» TASK INSTRUCTIONS
Only the lines from the top of the data through the one with "f 307 306 308" are to be written out, each exactly as it stands.

» THE DATA
<<<<
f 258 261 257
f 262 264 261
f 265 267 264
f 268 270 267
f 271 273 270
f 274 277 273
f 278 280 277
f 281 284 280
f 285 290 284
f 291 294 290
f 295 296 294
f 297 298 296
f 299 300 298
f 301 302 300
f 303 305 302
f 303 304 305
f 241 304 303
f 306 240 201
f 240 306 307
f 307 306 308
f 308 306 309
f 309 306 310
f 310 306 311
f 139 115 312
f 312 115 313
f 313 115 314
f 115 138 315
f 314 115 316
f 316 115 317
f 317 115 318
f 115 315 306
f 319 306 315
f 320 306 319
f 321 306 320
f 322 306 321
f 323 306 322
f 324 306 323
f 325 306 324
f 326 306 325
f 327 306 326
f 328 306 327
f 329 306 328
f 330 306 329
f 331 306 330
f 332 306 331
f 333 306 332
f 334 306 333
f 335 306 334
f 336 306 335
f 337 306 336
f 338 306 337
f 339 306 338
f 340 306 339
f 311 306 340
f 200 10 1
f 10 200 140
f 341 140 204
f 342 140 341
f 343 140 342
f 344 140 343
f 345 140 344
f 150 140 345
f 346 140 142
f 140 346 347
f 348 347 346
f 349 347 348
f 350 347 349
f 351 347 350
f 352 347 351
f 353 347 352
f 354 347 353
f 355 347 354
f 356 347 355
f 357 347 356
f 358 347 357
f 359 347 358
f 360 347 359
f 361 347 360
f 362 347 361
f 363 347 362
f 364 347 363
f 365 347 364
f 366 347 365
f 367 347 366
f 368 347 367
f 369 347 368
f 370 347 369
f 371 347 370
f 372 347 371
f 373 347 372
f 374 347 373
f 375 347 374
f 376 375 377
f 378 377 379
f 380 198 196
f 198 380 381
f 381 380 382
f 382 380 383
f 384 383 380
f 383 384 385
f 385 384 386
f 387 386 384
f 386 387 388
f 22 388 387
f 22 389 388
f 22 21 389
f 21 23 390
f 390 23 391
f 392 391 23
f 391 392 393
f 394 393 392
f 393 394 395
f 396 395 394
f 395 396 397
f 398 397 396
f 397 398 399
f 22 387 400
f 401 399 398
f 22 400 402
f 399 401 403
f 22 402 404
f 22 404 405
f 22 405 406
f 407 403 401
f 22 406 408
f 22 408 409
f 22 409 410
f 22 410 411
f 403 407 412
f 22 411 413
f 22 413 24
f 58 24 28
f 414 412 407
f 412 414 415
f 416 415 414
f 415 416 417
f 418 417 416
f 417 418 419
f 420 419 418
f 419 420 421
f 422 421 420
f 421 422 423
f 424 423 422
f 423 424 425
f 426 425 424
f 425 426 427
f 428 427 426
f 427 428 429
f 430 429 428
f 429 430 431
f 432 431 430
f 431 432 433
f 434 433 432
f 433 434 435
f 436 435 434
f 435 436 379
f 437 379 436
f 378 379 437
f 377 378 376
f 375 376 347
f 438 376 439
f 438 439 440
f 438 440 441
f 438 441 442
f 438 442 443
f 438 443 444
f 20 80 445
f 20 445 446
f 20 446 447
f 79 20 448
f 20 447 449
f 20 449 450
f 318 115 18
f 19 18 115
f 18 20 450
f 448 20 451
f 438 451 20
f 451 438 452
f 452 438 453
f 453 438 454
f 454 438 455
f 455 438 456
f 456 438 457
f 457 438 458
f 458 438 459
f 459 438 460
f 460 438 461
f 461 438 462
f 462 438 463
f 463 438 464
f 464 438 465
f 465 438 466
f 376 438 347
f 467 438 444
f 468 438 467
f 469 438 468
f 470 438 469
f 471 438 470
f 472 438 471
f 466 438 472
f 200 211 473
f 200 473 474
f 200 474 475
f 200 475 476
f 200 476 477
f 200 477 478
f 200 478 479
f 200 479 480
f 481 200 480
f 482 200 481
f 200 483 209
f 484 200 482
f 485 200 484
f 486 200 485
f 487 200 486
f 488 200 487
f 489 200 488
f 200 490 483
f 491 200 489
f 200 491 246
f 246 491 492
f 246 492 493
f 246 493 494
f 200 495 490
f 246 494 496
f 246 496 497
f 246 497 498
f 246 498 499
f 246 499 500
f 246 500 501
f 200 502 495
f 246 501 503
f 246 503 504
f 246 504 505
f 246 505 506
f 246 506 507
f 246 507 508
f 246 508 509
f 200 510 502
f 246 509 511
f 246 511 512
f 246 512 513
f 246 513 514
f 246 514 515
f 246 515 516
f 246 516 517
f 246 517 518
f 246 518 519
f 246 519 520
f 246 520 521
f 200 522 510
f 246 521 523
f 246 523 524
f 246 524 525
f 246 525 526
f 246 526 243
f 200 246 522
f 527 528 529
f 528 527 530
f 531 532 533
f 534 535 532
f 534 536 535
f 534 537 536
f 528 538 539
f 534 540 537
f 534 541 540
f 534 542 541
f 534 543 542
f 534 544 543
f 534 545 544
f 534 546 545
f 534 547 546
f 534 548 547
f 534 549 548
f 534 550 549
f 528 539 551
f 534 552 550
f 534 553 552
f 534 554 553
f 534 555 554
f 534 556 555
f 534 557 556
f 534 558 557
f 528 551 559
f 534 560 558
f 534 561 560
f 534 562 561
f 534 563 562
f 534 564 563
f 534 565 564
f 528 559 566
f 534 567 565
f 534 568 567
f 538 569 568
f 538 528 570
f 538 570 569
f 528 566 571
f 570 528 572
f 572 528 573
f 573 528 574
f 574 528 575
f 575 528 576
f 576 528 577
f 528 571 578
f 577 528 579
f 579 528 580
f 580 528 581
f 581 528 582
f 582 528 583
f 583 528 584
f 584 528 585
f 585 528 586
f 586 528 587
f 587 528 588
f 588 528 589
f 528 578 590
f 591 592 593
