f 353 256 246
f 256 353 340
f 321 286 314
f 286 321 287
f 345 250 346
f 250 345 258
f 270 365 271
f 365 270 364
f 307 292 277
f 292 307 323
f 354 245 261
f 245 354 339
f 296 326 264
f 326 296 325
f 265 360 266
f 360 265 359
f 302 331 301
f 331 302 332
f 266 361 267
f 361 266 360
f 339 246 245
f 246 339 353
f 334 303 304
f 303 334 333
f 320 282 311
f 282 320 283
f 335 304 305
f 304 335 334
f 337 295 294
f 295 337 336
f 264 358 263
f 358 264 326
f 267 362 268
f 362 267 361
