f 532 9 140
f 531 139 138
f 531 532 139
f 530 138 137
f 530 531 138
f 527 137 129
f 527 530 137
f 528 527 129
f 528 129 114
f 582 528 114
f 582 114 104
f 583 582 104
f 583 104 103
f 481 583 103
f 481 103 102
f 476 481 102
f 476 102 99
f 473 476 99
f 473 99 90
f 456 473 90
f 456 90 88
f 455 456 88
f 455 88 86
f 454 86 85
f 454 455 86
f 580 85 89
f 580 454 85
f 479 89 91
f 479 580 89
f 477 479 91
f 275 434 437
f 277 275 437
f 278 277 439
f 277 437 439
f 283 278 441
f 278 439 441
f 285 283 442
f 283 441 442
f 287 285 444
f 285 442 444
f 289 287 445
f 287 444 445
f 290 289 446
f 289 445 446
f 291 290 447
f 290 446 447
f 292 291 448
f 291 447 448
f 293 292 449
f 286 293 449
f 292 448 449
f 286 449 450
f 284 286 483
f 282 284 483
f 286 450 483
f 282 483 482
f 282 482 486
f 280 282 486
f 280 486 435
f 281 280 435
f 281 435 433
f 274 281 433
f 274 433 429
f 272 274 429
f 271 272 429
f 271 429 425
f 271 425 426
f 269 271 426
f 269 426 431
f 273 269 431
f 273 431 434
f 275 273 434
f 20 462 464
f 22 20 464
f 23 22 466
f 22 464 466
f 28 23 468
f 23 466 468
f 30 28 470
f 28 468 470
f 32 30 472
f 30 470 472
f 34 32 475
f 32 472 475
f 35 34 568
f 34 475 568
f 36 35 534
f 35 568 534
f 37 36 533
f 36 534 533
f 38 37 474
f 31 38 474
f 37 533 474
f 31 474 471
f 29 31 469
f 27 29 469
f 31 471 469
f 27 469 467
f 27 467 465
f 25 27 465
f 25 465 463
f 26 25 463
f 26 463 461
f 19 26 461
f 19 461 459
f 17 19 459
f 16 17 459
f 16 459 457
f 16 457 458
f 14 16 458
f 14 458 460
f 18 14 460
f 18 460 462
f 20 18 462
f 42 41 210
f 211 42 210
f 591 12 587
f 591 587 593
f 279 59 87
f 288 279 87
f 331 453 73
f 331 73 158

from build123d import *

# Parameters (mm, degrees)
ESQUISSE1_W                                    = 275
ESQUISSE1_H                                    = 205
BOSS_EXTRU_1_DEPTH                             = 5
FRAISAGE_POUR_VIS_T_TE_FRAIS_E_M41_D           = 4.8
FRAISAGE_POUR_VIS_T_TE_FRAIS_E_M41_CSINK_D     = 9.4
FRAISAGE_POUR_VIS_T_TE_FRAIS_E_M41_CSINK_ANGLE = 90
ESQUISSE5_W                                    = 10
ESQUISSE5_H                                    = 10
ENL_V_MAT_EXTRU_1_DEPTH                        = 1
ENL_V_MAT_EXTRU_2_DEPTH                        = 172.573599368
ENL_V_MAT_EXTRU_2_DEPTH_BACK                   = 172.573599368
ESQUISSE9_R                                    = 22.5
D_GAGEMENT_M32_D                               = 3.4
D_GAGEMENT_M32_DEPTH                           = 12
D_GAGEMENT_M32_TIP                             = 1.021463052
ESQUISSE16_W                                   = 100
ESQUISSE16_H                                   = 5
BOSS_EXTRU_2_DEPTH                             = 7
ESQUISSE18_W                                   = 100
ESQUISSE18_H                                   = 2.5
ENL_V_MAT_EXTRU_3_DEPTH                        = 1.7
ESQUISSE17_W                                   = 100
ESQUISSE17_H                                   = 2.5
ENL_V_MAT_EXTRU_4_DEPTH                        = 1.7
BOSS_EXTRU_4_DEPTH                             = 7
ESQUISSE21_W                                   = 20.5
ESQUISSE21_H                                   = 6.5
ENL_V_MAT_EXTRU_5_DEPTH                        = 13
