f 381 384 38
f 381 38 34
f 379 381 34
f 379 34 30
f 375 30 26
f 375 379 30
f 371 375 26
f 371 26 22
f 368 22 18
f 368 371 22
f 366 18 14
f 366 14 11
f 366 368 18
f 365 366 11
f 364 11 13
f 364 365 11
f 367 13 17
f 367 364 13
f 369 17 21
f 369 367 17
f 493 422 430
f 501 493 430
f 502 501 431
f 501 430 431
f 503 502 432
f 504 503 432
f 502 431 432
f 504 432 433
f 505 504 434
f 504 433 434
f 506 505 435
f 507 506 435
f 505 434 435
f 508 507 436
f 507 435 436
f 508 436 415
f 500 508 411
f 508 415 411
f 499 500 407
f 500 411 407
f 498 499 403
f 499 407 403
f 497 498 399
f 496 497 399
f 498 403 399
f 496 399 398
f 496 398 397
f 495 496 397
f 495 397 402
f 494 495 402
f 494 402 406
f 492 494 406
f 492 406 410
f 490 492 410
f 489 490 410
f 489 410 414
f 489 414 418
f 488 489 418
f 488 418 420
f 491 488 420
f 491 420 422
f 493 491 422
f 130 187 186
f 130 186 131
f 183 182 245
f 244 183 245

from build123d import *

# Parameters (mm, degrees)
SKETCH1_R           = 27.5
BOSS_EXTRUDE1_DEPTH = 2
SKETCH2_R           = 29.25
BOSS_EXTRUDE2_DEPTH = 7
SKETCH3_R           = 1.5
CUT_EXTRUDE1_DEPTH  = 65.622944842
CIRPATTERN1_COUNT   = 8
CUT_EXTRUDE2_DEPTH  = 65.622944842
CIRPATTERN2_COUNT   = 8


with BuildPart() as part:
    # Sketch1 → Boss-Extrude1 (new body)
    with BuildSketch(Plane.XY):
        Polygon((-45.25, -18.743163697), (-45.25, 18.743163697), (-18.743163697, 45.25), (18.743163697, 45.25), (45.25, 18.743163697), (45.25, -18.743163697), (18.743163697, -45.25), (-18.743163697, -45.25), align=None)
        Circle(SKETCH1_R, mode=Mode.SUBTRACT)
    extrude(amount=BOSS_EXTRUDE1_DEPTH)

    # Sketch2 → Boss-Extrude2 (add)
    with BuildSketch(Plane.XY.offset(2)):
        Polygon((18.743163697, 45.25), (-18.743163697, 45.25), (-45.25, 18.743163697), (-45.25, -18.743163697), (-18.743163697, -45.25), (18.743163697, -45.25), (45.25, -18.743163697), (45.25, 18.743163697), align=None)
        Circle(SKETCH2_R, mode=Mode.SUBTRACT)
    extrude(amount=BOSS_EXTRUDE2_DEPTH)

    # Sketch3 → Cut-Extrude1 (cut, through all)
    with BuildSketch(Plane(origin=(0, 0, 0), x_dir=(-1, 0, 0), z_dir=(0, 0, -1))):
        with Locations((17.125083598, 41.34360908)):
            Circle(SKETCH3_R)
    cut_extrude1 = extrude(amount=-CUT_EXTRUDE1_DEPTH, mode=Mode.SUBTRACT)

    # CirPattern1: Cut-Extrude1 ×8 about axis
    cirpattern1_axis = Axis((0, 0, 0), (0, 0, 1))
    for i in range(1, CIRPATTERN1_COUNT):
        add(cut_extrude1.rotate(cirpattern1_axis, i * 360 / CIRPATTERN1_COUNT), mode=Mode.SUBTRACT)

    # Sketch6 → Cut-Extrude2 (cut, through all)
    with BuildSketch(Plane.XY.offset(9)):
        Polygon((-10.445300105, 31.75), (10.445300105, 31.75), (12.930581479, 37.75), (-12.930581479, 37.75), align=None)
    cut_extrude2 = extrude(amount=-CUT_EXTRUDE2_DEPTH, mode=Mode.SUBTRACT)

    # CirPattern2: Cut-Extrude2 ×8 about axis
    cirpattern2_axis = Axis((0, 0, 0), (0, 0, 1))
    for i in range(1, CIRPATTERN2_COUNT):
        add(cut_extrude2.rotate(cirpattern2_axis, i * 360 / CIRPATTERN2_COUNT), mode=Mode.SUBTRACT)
>>>>
» EXERCISE ANSWER
f 258 261 257
f 262 264 261
f 265 267 264
f 268 270 267
f 271 273 270
f 274 277 273
f 278 280 277
f 281 284 280
f 285 290 284
f 291 294 290
f 295 296 294
f 297 298 296
f 299 300 298
f 301 302 300
f 303 305 302
f 303 304 305
f 241 304 303
f 306 240 201
f 240 306 307
f 307 306 308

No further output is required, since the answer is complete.